Business volume from Atlantis Sanya for the first six months of the year was 486.9 million yuan, just 47.1% of what it recorded in the same period last year. Despite the disappointing numbers, Fosun Tourism pointed out that business at the mega-resort was recovering nicely until March when Covid struck China’s biggest cities, culminating in a two-month lockdown of Shanghai in April and May.

Sputtering Thomas Cook brand

Fosun Tourism’s third big brand, Thomas Cook, also proved a drag on the group’s fortunes in the first half of 2022. It attributed that to Covid 19 and the “early stages of the (brand’s) business development.”

Thomas Cook helped pioneer mass tourism and the travel industry when those concepts were in their infancy in the 19th century, becoming synonymous with affordable packaged holidays. But the European-centric brand floundered in 2019 and declared bankruptcy soon after that, stranding tens of thousands of travelers worldwide in a major crisis that made global headlines at that time.

Fosun already held 7% of Thomas Cook at the time of the collapse, and later negotiated a rescue package and acquired the brand outright. But with the onset of Covid and lingering reputational damage, reviving the storied brand has proven a challenge. Still, as the success of the Club Med brand attests, Fosun Tourism – which is part of the larger Fosun Group financial and pharmaceutical conglomerate – knows how to operate outside its home market.

Thomas Cook’s Chinese arm continues to underperform, dragged down by travel uncertainty. But things are going slightly better at its British arm, where earlier this year business was up nine-fold year-on-year – helped no doubt by freedom of movement in the UK and strong local brand awareness.
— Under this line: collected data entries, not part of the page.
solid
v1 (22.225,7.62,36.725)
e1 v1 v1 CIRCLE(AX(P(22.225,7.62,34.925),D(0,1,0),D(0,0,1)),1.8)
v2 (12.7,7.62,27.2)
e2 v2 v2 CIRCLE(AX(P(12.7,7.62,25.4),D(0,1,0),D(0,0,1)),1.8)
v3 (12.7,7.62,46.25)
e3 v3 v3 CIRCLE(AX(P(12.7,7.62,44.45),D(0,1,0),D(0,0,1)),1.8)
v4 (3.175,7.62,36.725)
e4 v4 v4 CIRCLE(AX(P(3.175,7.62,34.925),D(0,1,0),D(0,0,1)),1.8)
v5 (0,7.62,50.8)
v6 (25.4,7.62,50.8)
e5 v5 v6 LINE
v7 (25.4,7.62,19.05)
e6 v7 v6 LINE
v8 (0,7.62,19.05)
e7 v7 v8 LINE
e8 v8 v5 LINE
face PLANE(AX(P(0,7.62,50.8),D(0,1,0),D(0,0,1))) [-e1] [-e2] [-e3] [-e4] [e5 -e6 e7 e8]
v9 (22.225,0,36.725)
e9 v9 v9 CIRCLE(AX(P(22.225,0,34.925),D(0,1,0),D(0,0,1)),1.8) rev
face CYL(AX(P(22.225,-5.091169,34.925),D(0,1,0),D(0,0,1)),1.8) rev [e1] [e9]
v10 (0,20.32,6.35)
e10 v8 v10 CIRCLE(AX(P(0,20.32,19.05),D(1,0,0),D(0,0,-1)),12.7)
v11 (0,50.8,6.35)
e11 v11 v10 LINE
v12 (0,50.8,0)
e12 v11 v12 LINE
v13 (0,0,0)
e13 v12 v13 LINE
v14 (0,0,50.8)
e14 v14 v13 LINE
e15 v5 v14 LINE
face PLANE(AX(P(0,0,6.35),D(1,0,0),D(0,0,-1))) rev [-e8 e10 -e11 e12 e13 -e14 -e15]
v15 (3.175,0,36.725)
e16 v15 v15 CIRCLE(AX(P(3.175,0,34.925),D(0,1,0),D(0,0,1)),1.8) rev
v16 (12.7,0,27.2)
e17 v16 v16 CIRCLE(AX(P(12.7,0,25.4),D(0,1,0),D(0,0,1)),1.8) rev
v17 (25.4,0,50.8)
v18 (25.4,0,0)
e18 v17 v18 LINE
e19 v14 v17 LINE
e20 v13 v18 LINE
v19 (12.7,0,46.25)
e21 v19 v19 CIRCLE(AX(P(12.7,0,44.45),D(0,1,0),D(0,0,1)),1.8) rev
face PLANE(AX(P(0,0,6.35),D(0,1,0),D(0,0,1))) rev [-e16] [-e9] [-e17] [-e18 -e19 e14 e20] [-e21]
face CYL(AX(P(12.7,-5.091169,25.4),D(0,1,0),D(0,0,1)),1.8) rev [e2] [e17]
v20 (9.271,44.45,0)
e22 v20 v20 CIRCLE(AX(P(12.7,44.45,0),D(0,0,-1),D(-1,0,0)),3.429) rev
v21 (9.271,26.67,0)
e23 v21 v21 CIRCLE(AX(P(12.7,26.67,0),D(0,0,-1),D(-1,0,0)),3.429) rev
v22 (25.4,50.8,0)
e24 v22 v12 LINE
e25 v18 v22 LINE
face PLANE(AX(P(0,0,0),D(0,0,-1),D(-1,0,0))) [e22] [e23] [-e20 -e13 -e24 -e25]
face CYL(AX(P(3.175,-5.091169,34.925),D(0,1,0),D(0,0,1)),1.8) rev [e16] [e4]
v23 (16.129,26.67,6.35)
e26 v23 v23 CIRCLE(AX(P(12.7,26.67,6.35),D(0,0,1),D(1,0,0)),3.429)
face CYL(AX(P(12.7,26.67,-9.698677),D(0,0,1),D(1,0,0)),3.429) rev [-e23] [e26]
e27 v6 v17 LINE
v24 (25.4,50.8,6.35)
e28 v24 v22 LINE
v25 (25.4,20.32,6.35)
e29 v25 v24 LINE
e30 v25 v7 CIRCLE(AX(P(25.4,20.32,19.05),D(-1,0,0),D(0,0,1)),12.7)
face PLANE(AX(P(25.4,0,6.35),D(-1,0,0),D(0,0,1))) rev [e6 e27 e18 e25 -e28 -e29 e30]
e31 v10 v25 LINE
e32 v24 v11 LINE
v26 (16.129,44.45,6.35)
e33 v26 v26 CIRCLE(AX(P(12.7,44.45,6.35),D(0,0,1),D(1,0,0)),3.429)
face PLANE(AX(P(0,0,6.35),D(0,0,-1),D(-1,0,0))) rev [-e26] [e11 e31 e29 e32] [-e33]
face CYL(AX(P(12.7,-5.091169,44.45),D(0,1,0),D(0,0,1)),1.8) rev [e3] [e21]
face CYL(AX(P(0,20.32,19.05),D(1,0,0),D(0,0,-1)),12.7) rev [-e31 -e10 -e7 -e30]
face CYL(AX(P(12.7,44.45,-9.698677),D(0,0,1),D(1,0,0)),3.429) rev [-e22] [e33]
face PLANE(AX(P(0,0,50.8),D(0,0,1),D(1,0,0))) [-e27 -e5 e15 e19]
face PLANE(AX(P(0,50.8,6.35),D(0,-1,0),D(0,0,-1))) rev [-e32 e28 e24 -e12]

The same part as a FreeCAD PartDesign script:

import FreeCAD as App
import Part
import Sketcher
Q = App.Units.Quantity


def edges_at(feature, points):
    """Names of the edges that pass closest to the given points."""
    edges = feature.Shape.Edges
    near = lambda p: min(range(len(edges)), key=lambda i: edges[i].distToShape(Part.Vertex(*p))[0])
    return sorted({f"Edge{near(p) + 1}" for p in points})


def add_polygon(sketch, points):
    """Adds a closed chain of lines whose ends are joined by coincident constraints."""
    first, n = sketch.GeometryCount, len(points)
    for a, b in zip(points, points[1:] + points[:1]):
        sketch.addGeometry(Part.LineSegment(App.Vector(*a, 0), App.Vector(*b, 0)), False)
    for i in range(n):
        sketch.addConstraint(Sketcher.Constraint("Coincident", first + i, 2, first + (i + 1) % n, 1))

doc = App.newDocument("Part")
body = doc.addObject("PartDesign::Body", "Body")

# Sketch on XY plane
sketch1 = body.newObject("Sketcher::SketchObject", "Sketch")
sketch1.AttachmentSupport = (doc.getObject("XY_Plane"), [""])
sketch1.MapMode = "FlatFace"
add_polygon(sketch1, [(0, 50.8), (0, 0), (25.4, 0), (25.4, 50.8)])  # lines 0-3
sketch1.addConstraint([
    Sketcher.Constraint("Vertical", 0),
    Sketcher.Constraint("Horizontal", 1),
    Sketcher.Constraint("Vertical", 2),
    Sketcher.Constraint("Horizontal", 3),
    Sketcher.Constraint("Coincident", 0, 2, -1, 1),
    Sketcher.Constraint("DistanceX", 1, 1, 1, 2, Q("1 in")),
    Sketcher.Constraint("DistanceY", 0, 2, 0, 1, Q("2 in")),
])
pad1 = body.newObject("PartDesign::Pad", "Pad")
pad1.Profile = sketch1
pad1.Length = Q("0.25 in")

# Sketch on YZ plane
sketch2 = body.newObject("Sketcher::SketchObject", "Sketch001")
sketch2.AttachmentSupport = (doc.getObject("YZ_Plane"), [""])
sketch2.MapMode = "FlatFace"
sketch2.AttachmentOffset = App.Placement(App.Vector(0, 0, 1 * 25.4), App.Rotation())
add_polygon(sketch2, [(7.62, 50.8), (0, 50.8), (0, 6.35), (7.62, 6.35)])  # lines 0-3
sketch2.addConstraint([
    Sketcher.Constraint("Horizontal", 0),
    Sketcher.Constraint("Vertical", 1),
    Sketcher.Constraint("Horizontal", 2),
    Sketcher.Constraint("Vertical", 3),
    Sketcher.Constraint("PointOnObject", 0, 2, -2),
    Sketcher.Constraint("DistanceX", 0, 2, 0, 1, Q("0.3 in")),
    Sketcher.Constraint("DistanceY", -1, 1, 0, 2, Q("2 in")),
    Sketcher.Constraint("DistanceY", 1, 2, 1, 1, Q("1.75 in")),
])
pad2 = body.newObject("PartDesign::Pad", "Pad001")
pad2.Profile = sketch2
pad2.Length = Q("1 in")
pad2.Reversed = True
doc.recompute()

fillet = body.newObject("PartDesign::Fillet", "Fillet")
fillet.Base = (pad2, edges_at(pad2, [(12.7, 7.62, 6.35)]))
fillet.Radius = Q("0.5 in")

# Sketch on XY plane
sketch3 = body.newObject("Sketcher::SketchObject", "Sketch002")
sketch3.AttachmentSupport = (doc.getObject("XY_Plane"), [""])
sketch3.MapMode = "FlatFace"
sketch3.AttachmentOffset = App.Placement(App.Vector(0, 0, 0.25 * 25.4), App.Rotation())
sketch3.addGeometry([
    Part.Circle(App.Vector(12.7, 44.45, 0), App.Vector(0, 0, 1), 3.429),
    Part.Circle(App.Vector(12.7, 26.67, 0), App.Vector(0, 0, 1), 3.429),
], False)
sketch3.addConstraint([
    Sketcher.Constraint("Equal", 0, 1),
    Sketcher.Constraint("Vertical", 0, 3, 1, 3),
    Sketcher.Constraint("Diameter", 0, Q("0.27 in")),
    Sketcher.Constraint("DistanceX", -1, 1, 0, 3, Q("0.5 in")),
    Sketcher.Constraint("DistanceY", 1, 3, 0, 3, Q("0.7 in")),
    Sketcher.Constraint("DistanceY", -1, 1, 0, 3, Q("1.75 in")),
])
pocket1 = body.newObject("PartDesign::Pocket", "Pocket")
pocket1.Profile = sketch3
pocket1.Length = Q("0.25 in")

# Sketch on XZ plane
sketch4 = body.newObject("Sketcher::SketchObject", "Sketch003")
sketch4.AttachmentSupport = (doc.getObject("XZ_Plane"), [""])
sketch4.MapMode = "FlatFace"
sketch4.AttachmentOffset = App.Placement(App.Vector(0, 0, -0.3 * 25.4), App.Rotation())
sketch4.addGeometry([
    Part.Circle(App.Vector(12.7, 25.4, 0), App.Vector(0, 0, 1), 1.8),
    Part.Circle(App.Vector(22.225, 34.925, 0), App.Vector(0, 0, 1), 1.8),
    Part.Circle(App.Vector(12.7, 44.45, 0), App.Vector(0, 0, 1), 1.8),
    Part.Circle(App.Vector(3.175, 34.925, 0), App.Vector(0, 0, 1), 1.8),
], False)
sketch4.addConstraint([
    Sketcher.Constraint("Equal", 0, 1),
    Sketcher.Constraint("Equal", 1, 2),
    Sketcher.Constraint("Equal", 2, 3),
    Sketcher.Constraint("Horizontal", 1, 3, 3, 3),
    Sketcher.Constraint("Vertical", 0, 3, 2, 3),
    Sketcher.Constraint("DistanceY", -1, 1, 0, 3, Q("1 in")),
    Sketcher.Constraint("DistanceX", -1, 1, 0, 3, Q("0.5 in")),
    Sketcher.Constraint("Diameter", 0, Q("3.6 mm")),
    Sketcher.Constraint("DistanceY", -1, 1, 2, 3, Q("1.75 in")),
    Sketcher.Constraint("DistanceX", 3, 3, 1, 3, Q("0.75 in")),
    Sketcher.Constraint("DistanceX", -1, 1, 1, 3, Q("0.875 in")),
    Sketcher.Constraint("DistanceY", -1, 1, 1, 3, Q("1.375 in")),
])
pocket2 = body.newObject("PartDesign::Pocket", "Pocket001")
pocket2.Profile = sketch4
pocket2.Length = Q("0.3 in")
pocket2.Reversed = True

doc.recompute()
Before Covid-19, Fosun Tourism was one of the world’s biggest tourism companies, especially among leisure travelers. Then the pandemic clipped its wings and sent it into the red. But with over 1.4 billion people in its home China market where it is a leading resort operator, most analysts argue it’s not a question of if, but rather when, the company gets its mojo back.

That kind of optimism is boosting the company’s share price, as investors eye sunnier days ahead in the vast China market. Despite some wild swings caused by lockdowns and further waves of Covid 19 inside China, Fosun Tourism’s shares are up more than 10% since the start of the year – easily outperforming the broader Hang Seng Index’s 12% decline for that period.

The company’s strong stock performance is similar to that for China-based competitors Trip.com TCOM and Tongcheng Travel Holdings (0780.HK). All three have trended in the right direction so far this year, even though only Tongcheng is now profitable.

Analysts are tipping shares for all three companies to keep rising over 2022. Fosun has a one-year target trading price of HK$15.24 – up by a handy 25% on its latest price, according to eight analysts polled by Yahoo Finance. But with so much of Fosun Tourism’s business still coming from within China, that target really depends on China ending it’s “zero Covid” strategy and reopening to travel.

Still, as the first half of 2022 ended, the tone from the Fosun Tourism corporate bunker was upbeat. After the lockdowns in cities like Shanghai ended, the company almost immediately saw business improve, including at Thomas Cook and Atlantis Sanya.

“Fosun Tourism is preparing for an upturn in tourism, now that its businesses have resumed operations,” said Chairman and Chief Executive Qian Jiannong. “It will continue to leverage the advantages of global presence and competitive products to grasp growth momentum in different regions.”

Since the CEO’s comments, Fosun Tourism has opened a new Club Med ski resort in Japan and confirmed it will start work on six new Club Med resorts inside China. Casa Cook, a spinoff from the Thomas Cook brand, has also just opened a series of small luxury hotels on some of Greece’s tonier islands.

With so many fresh hotel openings, an optimistic CEO and investors happily backing the company, Fosun Tourism looks well placed to keep growing and return to profitability. With cash at hand of 3.4 billion yuan and a further 4.3 billion yuan in undrawn credit lines, it also looks sufficiently cashed up to keep funding its operations while it rides out its Covid 19 hangover.